‘Landmark study’ led by UNLV shows new path to treat, prevent autism
Updated May 2, 2025 - 7:47 pm
A UNLV-led study has discovered a new molecular path that leads to autism, potentially opening the way for more intervention in the future.
The study by Łukasz Sznajder, a UNLV chemistry and biochemistry professor, was published on April 21 in the journal Nature Neuroscience.
It found that a gene that causes myotonic dystrophy — a genetic condition that creates progressive muscle weakness — also causes autism spectrum disorder. Researchers say the study can help with new diagnoses, preventions and treatment of autism.
“This is a landmark example of an RNA-mediated pathway to autism. It doesn’t account for all of autism, but it exposes one route among the many that lead to the spectrum,” Ryan Sultan, a psychiatrist and research director at Integrative Psych and a clinical psychiatry assistant professor at Columbia University.
Link between autism and myotonic dystrophy
Around 95 percent of children with autism have at least one extra condition, Sznajder said.
As a geneticist, Sznajder had long noticed a high crossover between people suffering from myotonic dystrophy and autism.
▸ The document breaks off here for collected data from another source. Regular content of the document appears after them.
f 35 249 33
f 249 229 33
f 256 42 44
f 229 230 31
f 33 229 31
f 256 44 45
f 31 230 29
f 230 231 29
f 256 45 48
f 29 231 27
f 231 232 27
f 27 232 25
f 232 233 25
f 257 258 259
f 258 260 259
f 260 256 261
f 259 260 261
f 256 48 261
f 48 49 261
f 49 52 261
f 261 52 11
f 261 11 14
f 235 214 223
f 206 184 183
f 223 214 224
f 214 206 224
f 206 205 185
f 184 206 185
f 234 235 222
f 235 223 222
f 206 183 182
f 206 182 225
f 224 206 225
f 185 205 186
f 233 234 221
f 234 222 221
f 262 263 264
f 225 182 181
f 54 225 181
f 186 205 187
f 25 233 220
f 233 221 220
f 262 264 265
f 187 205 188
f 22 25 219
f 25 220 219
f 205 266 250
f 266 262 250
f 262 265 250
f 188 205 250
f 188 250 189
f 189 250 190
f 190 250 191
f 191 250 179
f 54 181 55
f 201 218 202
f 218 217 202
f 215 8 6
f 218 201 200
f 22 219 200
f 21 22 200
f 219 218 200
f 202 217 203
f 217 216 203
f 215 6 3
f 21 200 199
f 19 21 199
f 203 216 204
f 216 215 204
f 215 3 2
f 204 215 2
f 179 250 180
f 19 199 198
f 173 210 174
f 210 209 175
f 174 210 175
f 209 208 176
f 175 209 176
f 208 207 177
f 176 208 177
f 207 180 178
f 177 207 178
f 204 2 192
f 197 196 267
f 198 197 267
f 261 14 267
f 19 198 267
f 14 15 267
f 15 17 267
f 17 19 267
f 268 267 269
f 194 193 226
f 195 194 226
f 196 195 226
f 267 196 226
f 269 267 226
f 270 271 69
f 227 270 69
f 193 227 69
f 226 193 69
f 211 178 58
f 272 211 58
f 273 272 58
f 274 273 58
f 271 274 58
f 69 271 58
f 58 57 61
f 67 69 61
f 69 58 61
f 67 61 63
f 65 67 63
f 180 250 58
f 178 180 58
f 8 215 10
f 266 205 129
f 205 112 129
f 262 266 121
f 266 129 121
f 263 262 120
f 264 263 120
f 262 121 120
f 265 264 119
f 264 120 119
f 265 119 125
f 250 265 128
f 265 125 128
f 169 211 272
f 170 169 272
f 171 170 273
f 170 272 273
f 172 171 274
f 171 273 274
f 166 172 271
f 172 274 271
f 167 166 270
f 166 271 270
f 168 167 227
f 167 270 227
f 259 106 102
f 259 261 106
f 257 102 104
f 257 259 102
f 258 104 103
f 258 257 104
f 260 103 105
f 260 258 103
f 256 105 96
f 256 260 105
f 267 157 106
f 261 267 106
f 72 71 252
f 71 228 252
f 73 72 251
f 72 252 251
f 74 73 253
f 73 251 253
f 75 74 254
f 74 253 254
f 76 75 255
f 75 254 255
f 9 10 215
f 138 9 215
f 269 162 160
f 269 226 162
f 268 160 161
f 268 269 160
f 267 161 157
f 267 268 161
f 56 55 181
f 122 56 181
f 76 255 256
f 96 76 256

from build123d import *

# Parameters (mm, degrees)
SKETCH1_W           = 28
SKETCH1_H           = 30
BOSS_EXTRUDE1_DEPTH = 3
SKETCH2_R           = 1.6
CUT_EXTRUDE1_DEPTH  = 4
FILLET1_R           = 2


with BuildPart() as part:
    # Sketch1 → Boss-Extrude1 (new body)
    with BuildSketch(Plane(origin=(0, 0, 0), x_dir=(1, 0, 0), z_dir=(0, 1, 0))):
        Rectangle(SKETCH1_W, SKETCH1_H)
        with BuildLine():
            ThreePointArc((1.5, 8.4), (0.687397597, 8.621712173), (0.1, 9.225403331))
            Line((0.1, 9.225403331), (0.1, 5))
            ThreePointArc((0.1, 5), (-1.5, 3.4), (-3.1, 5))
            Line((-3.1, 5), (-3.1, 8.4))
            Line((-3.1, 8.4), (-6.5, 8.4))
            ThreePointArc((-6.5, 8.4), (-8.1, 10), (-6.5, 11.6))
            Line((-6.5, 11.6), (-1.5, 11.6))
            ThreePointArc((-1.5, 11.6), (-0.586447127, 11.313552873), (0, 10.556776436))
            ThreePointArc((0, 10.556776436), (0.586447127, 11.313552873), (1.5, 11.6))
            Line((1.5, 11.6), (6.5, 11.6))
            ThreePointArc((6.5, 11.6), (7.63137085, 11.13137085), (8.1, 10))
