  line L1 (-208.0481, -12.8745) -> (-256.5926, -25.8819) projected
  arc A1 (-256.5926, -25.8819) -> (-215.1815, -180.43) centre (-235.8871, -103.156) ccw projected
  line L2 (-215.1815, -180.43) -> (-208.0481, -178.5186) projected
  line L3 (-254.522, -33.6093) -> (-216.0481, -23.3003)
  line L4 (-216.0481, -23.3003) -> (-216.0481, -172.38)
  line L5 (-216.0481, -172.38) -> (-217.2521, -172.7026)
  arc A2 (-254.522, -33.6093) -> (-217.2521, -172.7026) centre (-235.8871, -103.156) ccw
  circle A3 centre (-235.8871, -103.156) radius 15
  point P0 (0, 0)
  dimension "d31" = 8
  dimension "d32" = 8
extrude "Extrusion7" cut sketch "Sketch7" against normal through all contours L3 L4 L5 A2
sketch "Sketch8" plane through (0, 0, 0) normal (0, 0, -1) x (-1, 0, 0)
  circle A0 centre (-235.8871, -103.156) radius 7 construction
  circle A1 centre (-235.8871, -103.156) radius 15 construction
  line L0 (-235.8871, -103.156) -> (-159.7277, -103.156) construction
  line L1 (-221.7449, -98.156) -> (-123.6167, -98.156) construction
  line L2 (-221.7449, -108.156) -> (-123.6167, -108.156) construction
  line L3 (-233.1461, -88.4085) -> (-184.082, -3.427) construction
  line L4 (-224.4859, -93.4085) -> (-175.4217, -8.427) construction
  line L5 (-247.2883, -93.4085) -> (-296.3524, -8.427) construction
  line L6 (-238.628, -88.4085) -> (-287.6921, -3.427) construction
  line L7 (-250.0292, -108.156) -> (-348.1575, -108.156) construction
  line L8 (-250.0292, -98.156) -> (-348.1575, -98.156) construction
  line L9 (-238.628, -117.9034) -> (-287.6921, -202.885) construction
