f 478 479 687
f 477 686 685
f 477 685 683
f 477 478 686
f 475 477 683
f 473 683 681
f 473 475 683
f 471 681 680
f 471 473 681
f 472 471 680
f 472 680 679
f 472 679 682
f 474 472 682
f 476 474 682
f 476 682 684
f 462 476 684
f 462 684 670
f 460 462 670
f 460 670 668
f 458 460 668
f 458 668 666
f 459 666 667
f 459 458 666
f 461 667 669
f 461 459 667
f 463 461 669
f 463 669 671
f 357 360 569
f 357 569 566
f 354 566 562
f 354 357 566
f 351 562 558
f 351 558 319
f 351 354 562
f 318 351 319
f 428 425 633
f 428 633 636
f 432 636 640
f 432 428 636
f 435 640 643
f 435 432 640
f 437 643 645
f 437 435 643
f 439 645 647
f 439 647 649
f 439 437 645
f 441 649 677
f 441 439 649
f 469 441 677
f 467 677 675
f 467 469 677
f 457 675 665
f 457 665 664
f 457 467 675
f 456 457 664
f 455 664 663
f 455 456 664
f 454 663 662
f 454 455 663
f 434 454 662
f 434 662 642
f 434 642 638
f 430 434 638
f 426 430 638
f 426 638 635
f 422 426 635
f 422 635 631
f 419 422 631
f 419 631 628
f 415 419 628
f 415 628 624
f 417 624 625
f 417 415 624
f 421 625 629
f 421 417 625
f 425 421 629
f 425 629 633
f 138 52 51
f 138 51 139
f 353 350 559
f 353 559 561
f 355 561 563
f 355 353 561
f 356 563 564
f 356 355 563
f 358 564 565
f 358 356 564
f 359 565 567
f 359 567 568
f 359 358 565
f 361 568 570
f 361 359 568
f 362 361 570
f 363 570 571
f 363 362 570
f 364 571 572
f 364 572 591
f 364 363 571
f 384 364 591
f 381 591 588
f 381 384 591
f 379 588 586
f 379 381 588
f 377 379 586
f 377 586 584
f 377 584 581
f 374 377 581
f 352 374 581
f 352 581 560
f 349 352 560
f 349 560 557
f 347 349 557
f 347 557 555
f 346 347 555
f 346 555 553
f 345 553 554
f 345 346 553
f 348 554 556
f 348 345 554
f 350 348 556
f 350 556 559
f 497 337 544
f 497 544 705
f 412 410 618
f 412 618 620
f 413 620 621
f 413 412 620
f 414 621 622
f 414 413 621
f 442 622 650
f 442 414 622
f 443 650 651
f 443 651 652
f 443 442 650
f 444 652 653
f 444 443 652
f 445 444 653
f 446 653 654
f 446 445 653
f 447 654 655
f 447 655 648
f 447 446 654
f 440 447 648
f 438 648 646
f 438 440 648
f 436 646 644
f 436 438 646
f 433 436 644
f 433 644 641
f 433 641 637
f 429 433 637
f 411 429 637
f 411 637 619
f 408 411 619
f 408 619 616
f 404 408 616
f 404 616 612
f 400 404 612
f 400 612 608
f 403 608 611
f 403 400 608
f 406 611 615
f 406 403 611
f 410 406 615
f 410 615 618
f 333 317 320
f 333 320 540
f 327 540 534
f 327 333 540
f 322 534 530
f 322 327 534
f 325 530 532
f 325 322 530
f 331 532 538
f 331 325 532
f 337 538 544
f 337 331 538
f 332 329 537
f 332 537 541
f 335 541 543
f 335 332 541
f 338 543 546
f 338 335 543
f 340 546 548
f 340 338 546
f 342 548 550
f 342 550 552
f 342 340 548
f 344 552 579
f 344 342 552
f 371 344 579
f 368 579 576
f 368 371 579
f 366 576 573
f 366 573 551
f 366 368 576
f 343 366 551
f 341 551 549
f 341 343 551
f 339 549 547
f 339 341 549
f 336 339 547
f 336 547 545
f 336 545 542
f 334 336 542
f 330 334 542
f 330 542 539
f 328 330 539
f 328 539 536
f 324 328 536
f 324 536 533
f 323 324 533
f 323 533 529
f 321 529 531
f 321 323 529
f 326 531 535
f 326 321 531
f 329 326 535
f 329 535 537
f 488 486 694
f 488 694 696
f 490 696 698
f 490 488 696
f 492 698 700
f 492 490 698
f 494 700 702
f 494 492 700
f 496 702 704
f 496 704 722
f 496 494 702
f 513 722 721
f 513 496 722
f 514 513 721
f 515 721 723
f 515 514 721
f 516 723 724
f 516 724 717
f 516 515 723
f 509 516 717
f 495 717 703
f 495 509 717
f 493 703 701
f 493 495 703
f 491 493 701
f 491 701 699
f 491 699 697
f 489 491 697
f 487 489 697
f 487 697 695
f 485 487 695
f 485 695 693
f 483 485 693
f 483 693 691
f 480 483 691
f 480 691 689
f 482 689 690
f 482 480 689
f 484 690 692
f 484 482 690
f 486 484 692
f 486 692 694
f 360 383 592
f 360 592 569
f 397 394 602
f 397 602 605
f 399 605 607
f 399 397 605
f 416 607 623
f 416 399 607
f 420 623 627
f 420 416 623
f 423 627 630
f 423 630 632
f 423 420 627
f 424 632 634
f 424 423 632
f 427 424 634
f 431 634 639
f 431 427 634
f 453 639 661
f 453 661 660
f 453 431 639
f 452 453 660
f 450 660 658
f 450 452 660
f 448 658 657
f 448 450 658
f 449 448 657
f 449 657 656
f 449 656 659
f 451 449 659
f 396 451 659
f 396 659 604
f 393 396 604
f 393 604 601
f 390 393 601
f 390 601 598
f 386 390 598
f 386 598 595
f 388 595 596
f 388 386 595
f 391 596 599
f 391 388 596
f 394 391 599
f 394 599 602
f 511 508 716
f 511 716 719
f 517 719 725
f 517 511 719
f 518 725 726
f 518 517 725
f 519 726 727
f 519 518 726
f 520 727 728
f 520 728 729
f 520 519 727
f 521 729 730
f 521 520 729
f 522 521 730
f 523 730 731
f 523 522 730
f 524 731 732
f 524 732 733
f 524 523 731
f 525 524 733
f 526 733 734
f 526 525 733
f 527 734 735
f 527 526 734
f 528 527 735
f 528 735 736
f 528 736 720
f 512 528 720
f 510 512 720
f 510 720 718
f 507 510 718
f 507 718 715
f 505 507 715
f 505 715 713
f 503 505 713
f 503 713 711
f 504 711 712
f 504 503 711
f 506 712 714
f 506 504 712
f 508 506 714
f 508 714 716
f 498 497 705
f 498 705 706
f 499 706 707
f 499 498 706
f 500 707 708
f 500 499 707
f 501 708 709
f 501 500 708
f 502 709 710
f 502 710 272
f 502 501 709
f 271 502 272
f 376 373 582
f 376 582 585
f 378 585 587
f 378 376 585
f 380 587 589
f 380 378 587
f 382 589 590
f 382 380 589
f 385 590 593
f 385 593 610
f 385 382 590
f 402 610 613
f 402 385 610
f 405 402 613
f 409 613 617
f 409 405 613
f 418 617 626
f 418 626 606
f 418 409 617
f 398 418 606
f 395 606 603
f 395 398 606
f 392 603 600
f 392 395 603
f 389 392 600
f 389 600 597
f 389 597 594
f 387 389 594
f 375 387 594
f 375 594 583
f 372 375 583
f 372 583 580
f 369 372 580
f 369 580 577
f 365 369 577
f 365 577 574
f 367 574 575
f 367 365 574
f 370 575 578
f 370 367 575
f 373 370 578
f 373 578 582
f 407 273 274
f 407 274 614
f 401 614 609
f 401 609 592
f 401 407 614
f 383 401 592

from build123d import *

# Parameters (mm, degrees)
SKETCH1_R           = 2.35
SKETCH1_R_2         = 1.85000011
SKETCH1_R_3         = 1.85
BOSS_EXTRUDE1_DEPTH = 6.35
So, he posed the question: “What is happening in the brains of people with myotonic dystrophy on the molecular level, and what is happening in the brains of people with autism?”
Joined by researchers at the University of Florida as well as in Poland and Toronto, the team found that changes in the DMPK gene that cause myotonic dystrophy also cause autism-related genes to be “mis-spliced,” so multiple autism-related genes work differently. When mutated DMPK RNAs are created, they act as a sponge and absorb otherwise healthy proteins from the muscleblind-like (MBNL) family of genes — disrupting muscle and brain development.
“Many people with myotonic dystrophy also have autism, but it wasn’t clear why. Here, the scientists have found the mechanism for this — the DMPK gene regulates known autism risk genes that are important for nervous system function,” Audrey Brumback, an assistant professor of neurology and pediatrics at the University of Texas at Austin, said.
Brumback said it is important because it has the potential to develop treatments that target mis-splicing so that the healthy versions of the proteins are produced.
Autism genetic
Ample research shows that autism is a genetic disorder — it is around 60 to 90 percent genetics, which leaves some room for environmental factors.
The research, however, has been far less conclusive on what those genes and mutations are, Sznajder said. Different studies have shown a “laundry list” of genes that may contribute to autism.
“The message is that autism can sometimes arise from changes not in the DNA sequence of an autism gene, but in how that gene’s information is sliced and diced in the brain. It’s a more nuanced genetic influence — one that was invisible to us until techniques like RNA sequencing revealed it,” Sultan said.
But despite the overwhelming research indicating autism is primarily genetic, the issue has become increasingly contentious.
Department of Health and Human Services Secretary Robert F. Kennedy Jr. has discounted the genetic causes of autism and has said that it is from an “environmental toxin.”
Before becoming head of the department, Kennedy joined anti-vaccine advocates in claiming childhood vaccines are responsible for autism, but studies by the Centers for Disease Control and others have ruled that out, according to The Associated Press. A fraudulent study claiming a link to the measles, mumps and rubella vaccine was later retracted by the journal that published it, the AP said.
The Autism Society of America called Kennedy’s statements “harmful, misleading and unrealistic.”
“Autism is a complex developmental disability shaped by genetic, biological, and environmental factors. It is neither a chronic illness nor a contagion, that qualifies harmful language like “epidemic,” and to do so is both inaccurate and stigmatizing,” the organization said in a statement.
‘Connecting the dots’
That makes Sznajder’s research, he said, all the more important.
Sznajder hopes the research will help design new diagnostic tools and screen children with myotonic dystrophy for autism, and vice versa. He also said that clinical trials for myotonic dystrophy could be used for treatment or prevention of autism.
“It’s exactly connecting those dots,” Sznajder said. “As we understand the linkage between gene and autism, now we can think about intervention.”
It also opens questions for whether it can help with other versions of autism disorder as well.
“Can we identify the core of what has to happen for someone to develop autism spectrum disorder? Can we prevent that in the future? The research that we’ve done is opening the door to those questions,” Sznajder said.